- **WHAT YOU SHOULD DO**
Only one stretch of the listing below is wanted. Begin at the line that has "e48 v37 v36 LINE", stop after the line that has "v39 (118.375,-48,1.8)", and repeat every line in between exactly.

:::

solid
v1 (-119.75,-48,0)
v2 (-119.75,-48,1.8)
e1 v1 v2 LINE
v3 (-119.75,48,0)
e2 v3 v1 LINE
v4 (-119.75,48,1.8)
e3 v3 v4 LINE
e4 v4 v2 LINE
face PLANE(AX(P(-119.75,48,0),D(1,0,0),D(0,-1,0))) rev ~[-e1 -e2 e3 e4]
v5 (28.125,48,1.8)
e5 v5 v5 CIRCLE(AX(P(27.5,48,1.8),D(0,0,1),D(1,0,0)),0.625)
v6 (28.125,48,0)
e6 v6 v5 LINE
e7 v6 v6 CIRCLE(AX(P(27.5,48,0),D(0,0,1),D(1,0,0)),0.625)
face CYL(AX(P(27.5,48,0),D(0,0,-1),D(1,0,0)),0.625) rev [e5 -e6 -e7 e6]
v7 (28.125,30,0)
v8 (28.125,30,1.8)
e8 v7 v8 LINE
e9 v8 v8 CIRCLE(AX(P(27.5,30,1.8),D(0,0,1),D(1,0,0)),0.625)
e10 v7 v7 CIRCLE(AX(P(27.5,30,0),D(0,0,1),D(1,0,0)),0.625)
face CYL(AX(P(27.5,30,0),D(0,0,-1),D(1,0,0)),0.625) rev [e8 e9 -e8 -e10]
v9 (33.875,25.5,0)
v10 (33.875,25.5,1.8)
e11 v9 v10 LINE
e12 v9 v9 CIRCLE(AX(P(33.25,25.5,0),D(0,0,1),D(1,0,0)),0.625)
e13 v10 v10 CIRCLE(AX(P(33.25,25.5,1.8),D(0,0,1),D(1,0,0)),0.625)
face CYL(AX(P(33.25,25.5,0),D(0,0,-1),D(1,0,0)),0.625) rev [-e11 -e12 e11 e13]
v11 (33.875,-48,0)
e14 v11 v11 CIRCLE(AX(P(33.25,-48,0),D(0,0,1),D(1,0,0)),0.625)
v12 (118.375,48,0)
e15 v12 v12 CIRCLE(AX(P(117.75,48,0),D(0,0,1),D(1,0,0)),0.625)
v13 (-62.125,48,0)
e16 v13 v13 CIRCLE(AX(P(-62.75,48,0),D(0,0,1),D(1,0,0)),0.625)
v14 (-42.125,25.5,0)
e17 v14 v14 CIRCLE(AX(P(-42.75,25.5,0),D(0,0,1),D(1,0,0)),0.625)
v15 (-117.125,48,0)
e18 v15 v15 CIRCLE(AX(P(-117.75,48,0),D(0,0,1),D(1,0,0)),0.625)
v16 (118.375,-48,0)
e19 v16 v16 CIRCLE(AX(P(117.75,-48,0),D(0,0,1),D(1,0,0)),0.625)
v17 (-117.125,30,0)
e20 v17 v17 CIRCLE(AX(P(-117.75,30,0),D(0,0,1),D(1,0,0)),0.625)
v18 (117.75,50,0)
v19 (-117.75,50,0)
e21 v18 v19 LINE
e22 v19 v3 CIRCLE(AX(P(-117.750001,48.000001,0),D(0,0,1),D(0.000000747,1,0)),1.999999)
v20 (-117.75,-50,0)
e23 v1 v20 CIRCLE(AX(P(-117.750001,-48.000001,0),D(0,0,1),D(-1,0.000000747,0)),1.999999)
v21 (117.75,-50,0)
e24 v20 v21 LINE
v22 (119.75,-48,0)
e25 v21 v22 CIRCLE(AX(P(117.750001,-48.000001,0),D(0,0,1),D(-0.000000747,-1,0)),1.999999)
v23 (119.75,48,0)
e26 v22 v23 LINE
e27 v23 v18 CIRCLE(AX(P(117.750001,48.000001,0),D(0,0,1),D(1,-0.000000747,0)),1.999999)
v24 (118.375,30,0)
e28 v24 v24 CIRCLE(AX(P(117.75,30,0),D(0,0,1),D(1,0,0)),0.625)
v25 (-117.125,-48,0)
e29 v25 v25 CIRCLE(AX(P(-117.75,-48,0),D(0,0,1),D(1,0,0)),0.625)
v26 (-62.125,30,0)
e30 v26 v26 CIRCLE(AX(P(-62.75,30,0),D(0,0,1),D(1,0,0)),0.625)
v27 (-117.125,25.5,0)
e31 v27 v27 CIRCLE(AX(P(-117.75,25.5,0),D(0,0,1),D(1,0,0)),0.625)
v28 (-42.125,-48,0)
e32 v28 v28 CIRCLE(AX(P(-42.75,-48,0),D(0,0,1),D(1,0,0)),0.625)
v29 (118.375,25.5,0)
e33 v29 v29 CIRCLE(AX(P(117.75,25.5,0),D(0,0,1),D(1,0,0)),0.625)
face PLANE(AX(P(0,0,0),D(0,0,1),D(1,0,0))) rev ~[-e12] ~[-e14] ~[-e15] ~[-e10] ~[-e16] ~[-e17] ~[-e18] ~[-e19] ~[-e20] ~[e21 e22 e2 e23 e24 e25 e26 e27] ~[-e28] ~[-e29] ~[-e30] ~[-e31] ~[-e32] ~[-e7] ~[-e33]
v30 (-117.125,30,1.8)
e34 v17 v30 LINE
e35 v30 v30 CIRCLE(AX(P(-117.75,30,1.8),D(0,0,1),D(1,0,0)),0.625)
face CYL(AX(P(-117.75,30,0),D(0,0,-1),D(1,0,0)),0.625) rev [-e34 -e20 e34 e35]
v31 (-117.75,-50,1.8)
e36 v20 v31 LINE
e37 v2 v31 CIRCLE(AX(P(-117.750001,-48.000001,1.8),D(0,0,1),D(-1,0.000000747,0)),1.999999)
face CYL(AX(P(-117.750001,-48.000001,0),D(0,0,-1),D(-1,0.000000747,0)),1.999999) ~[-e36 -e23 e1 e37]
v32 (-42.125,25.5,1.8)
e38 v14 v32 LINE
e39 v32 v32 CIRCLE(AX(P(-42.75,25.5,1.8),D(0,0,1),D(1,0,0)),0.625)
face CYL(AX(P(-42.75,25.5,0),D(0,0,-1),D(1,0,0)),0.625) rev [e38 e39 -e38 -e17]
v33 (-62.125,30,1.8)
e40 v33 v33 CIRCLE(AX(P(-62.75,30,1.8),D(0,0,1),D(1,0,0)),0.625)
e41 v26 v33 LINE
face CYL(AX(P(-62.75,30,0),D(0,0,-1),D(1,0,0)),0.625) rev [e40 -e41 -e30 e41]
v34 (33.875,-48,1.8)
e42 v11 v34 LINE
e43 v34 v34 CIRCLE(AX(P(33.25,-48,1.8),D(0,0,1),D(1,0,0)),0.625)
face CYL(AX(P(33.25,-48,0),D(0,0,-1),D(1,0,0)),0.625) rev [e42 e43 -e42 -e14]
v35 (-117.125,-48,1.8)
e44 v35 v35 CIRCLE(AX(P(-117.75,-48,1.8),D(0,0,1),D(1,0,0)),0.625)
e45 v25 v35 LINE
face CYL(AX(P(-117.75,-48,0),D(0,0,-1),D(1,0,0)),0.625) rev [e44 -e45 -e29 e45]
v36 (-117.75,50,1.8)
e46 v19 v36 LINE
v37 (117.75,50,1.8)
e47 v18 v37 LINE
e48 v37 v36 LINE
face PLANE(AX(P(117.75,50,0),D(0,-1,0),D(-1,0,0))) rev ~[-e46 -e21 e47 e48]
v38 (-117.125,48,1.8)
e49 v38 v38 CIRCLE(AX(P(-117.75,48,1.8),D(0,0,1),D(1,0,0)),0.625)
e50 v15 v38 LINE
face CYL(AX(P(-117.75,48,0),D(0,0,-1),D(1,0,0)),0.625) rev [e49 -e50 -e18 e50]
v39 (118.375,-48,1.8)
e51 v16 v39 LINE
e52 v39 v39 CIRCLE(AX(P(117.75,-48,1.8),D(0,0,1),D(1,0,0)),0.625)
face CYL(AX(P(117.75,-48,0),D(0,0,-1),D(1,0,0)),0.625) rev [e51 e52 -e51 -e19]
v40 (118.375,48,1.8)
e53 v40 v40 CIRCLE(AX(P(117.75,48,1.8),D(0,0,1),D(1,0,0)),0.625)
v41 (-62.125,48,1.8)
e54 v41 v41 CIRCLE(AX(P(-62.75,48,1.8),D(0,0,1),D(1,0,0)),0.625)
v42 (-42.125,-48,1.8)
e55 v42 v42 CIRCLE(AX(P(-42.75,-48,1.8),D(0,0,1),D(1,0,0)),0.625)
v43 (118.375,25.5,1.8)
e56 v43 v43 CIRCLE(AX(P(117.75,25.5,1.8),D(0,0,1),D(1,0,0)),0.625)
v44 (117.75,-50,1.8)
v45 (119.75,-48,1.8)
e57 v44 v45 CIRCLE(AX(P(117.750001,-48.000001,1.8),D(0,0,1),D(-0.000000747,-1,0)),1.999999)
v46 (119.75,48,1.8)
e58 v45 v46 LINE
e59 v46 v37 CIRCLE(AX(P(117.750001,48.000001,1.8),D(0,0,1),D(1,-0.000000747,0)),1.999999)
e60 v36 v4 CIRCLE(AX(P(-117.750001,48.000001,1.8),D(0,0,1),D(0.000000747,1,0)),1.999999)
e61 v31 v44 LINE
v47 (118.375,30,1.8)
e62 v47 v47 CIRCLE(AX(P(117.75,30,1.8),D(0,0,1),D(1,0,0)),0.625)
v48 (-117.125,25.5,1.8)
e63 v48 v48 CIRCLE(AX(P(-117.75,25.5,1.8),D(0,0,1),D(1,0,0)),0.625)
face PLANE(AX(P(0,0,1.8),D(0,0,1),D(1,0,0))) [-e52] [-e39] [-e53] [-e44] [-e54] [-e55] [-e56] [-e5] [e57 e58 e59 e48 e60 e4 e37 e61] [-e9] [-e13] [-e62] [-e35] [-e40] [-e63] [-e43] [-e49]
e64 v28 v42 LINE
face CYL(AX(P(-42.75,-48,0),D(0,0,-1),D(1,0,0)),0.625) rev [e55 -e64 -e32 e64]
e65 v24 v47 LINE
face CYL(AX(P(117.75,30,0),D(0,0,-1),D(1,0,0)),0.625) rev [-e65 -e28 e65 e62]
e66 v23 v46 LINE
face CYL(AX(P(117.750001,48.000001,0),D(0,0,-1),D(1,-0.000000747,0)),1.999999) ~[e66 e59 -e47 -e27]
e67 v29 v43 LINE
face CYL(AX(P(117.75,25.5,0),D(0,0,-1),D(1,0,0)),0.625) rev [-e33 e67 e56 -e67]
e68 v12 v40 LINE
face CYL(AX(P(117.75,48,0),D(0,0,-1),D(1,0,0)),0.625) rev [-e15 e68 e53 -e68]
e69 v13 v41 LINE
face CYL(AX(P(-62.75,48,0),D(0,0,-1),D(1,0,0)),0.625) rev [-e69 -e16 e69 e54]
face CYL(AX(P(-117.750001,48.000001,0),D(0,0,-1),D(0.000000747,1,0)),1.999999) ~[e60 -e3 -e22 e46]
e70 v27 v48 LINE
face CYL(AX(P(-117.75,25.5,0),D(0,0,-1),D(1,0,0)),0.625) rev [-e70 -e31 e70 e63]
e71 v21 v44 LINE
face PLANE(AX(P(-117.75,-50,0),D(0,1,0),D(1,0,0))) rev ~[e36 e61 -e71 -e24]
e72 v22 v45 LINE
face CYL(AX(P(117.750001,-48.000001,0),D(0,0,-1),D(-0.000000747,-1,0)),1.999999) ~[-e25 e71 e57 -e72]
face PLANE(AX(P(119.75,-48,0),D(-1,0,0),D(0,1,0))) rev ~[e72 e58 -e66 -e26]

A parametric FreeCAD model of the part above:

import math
import FreeCAD as App
import Part
import Sketcher
from FreeCAD import Vector
Q = App.Units.Quantity

doc = App.newDocument("Part")
params = doc.addObject("Spreadsheet::Sheet", "Params")
for row, (alias, value) in enumerate([
    ("sketch1_radius", "1.999999 mm"),
    ("sketch1_diameter", "1.25 mm"),
    ("sketch1_height", "96 mm"),
    ("sketch1_width", "235.5 mm"),
    ("pad1_length", "1.8 mm"),
], start=1):
    params.set(f"A{row}", alias)
    params.set(f"B{row}", "=" + value)
    params.setAlias(f"B{row}", alias)

body = doc.addObject("PartDesign::Body", "Body")

sketch1 = body.newObject("Sketcher::SketchObject", "Sketch")
sketch1.AttachmentSupport = (doc.getObject("XY_Plane"), [""])
sketch1.MapMode = "FlatFace"
sketch1.addGeometry([
    Part.LineSegment(Vector(-119.8, 48, 0), Vector(-119.8, -48, 0)),
    Part.ArcOfCircle(Part.Circle(Vector(-117.8, -48, 0), Vector(0, 0, 1), 2), math.radians(180), math.radians(270)),
    Part.LineSegment(Vector(-117.8, -50, 0), Vector(117.8, -50, 0)),
    Part.ArcOfCircle(Part.Circle(Vector(117.8, -48, 0), Vector(0, 0, 1), 2), math.radians(-90), math.radians(0)),
    Part.LineSegment(Vector(119.8, -48, 0), Vector(119.8, 48, 0)),
    Part.ArcOfCircle(Part.Circle(Vector(117.8, 48, 0), Vector(0, 0, 1), 2), math.radians(0), math.radians(90)),
    Part.LineSegment(Vector(117.8, 50, 0), Vector(-117.8, 50, 0)),
    Part.ArcOfCircle(Part.Circle(Vector(-117.8, 48, 0), Vector(0, 0, 1), 2), math.radians(90), math.radians(180)),
    Part.Circle(Vector(-117.8, -48, 0), Vector(0, 0, 1), 0.6),
    Part.Circle(Vector(-42.8, -48, 0), Vector(0, 0, 1), 0.6),
    Part.Circle(Vector(33.2, -48, 0), Vector(0, 0, 1), 0.6),
    Part.Circle(Vector(117.8, -48, 0), Vector(0, 0, 1), 0.6),
    Part.Circle(Vector(-117.8, 25.5, 0), Vector(0, 0, 1), 0.6),
    Part.Circle(Vector(-117.8, 30, 0), Vector(0, 0, 1), 0.6),
    Part.Circle(Vector(-62.8, 30, 0), Vector(0, 0, 1), 0.6),
    Part.Circle(Vector(-117.8, 48, 0), Vector(0, 0, 1), 0.6),
    Part.Circle(Vector(-62.8, 48, 0), Vector(0, 0, 1), 0.6),
    Part.Circle(Vector(-42.8, 25.5, 0), Vector(0, 0, 1), 0.6),
    Part.Circle(Vector(27.5, 30, 0), Vector(0, 0, 1), 0.6),
    Part.Circle(Vector(33.2, 25.5, 0), Vector(0, 0, 1), 0.6),
    Part.Circle(Vector(27.5, 48, 0), Vector(0, 0, 1), 0.6),
    Part.Circle(Vector(117.8, 25.5, 0), Vector(0, 0, 1), 0.6),
    Part.Circle(Vector(117.8, 30, 0), Vector(0, 0, 1), 0.6),
    Part.Circle(Vector(117.8, 48, 0), Vector(0, 0, 1), 0.6),
], False)
sketch1.addConstraint([
    Sketcher.Constraint("Tangent", 0, 2, 1, 1),
    Sketcher.Constraint("Tangent", 1, 2, 2, 1),
    Sketcher.Constraint("Tangent", 2, 2, 3, 1),
    Sketcher.Constraint("Tangent", 3, 2, 4, 1),
    Sketcher.Constraint("Tangent", 4, 2, 5, 1),
    Sketcher.Constraint("Tangent", 5, 2, 6, 1),
    Sketcher.Constraint("Tangent", 6, 2, 7, 1),
    Sketcher.Constraint("Tangent", 7, 2, 0, 1),
    Sketcher.Constraint("Vertical", 0),
    Sketcher.Constraint("Horizontal", 2),
    Sketcher.Constraint("Vertical", 4),
    Sketcher.Constraint("Horizontal", 6),
    Sketcher.Constraint("Coincident", 8, 3, 1, 3),
    Sketcher.Constraint("Coincident", 11, 3, 3, 3),
    Sketcher.Constraint("Coincident", 15, 3, 7, 3),
    Sketcher.Constraint("Coincident", 23, 3, 5, 3),
    Sketcher.Constraint("Equal", 1, 3),
    Sketcher.Constraint("Equal", 3, 5),
    Sketcher.Constraint("Equal", 5, 7),
    Sketcher.Constraint("Equal", 8, 9),
    Sketcher.Constraint("Equal", 9, 10),
    Sketcher.Constraint("Equal", 10, 11),
    Sketcher.Constraint("Equal", 11, 12),
    Sketcher.Constraint("Equal", 12, 13),
    Sketcher.Constraint("Equal", 13, 14),
    Sketcher.Constraint("Equal", 14, 15),
    Sketcher.Constraint("Equal", 15, 16),
    Sketcher.Constraint("Equal", 16, 17),
    Sketcher.Constraint("Equal", 17, 18),
    Sketcher.Constraint("Equal", 18, 19),
    Sketcher.Constraint("Equal", 19, 20),
    Sketcher.Constraint("Equal", 20, 21),
    Sketcher.Constraint("Equal", 21, 22),
    Sketcher.Constraint("Equal", 22, 23),
    Sketcher.Constraint("Symmetric", 1, 3, 5, 3, -1, 1),
    Sketcher.Constraint("Symmetric", 12, 3, 21, 3, -2),
    Sketcher.Constraint("Symmetric", 13, 3, 22, 3, -2),
    Sketcher.Constraint("Horizontal", 8, 3, 9, 3),
    Sketcher.Constraint("Horizontal", 9, 3, 10, 3),
    Sketcher.Constraint("Horizontal", 13, 3, 14, 3),
    Sketcher.Constraint("Horizontal", 15, 3, 16, 3),
    Sketcher.Constraint("Horizontal", 12, 3, 17, 3),
    Sketcher.Constraint("Horizontal", 14, 3, 18, 3),
    Sketcher.Constraint("Horizontal", 17, 3, 19, 3),
    Sketcher.Constraint("Horizontal", 16, 3, 20, 3),
    Sketcher.Constraint("Vertical", 8, 3, 12, 3),
    Sketcher.Constraint("Vertical", 12, 3, 13, 3),
    Sketcher.Constraint("Vertical", 14, 3, 16, 3),
    Sketcher.Constraint("Vertical", 9, 3, 17, 3),
    Sketcher.Constraint("Vertical", 10, 3, 19, 3),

:::

- **SOLUTION**
e48 v37 v36 LINE
face PLANE(AX(P(117.75,50,0),D(0,-1,0),D(-1,0,0))) rev ~[-e46 -e21 e47 e48]
v38 (-117.125,48,1.8)
e49 v38 v38 CIRCLE(AX(P(-117.75,48,1.8),D(0,0,1),D(1,0,0)),0.625)
e50 v15 v38 LINE
face CYL(AX(P(-117.75,48,0),D(0,0,-1),D(1,0,0)),0.625) rev [e49 -e50 -e18 e50]
v39 (118.375,-48,1.8)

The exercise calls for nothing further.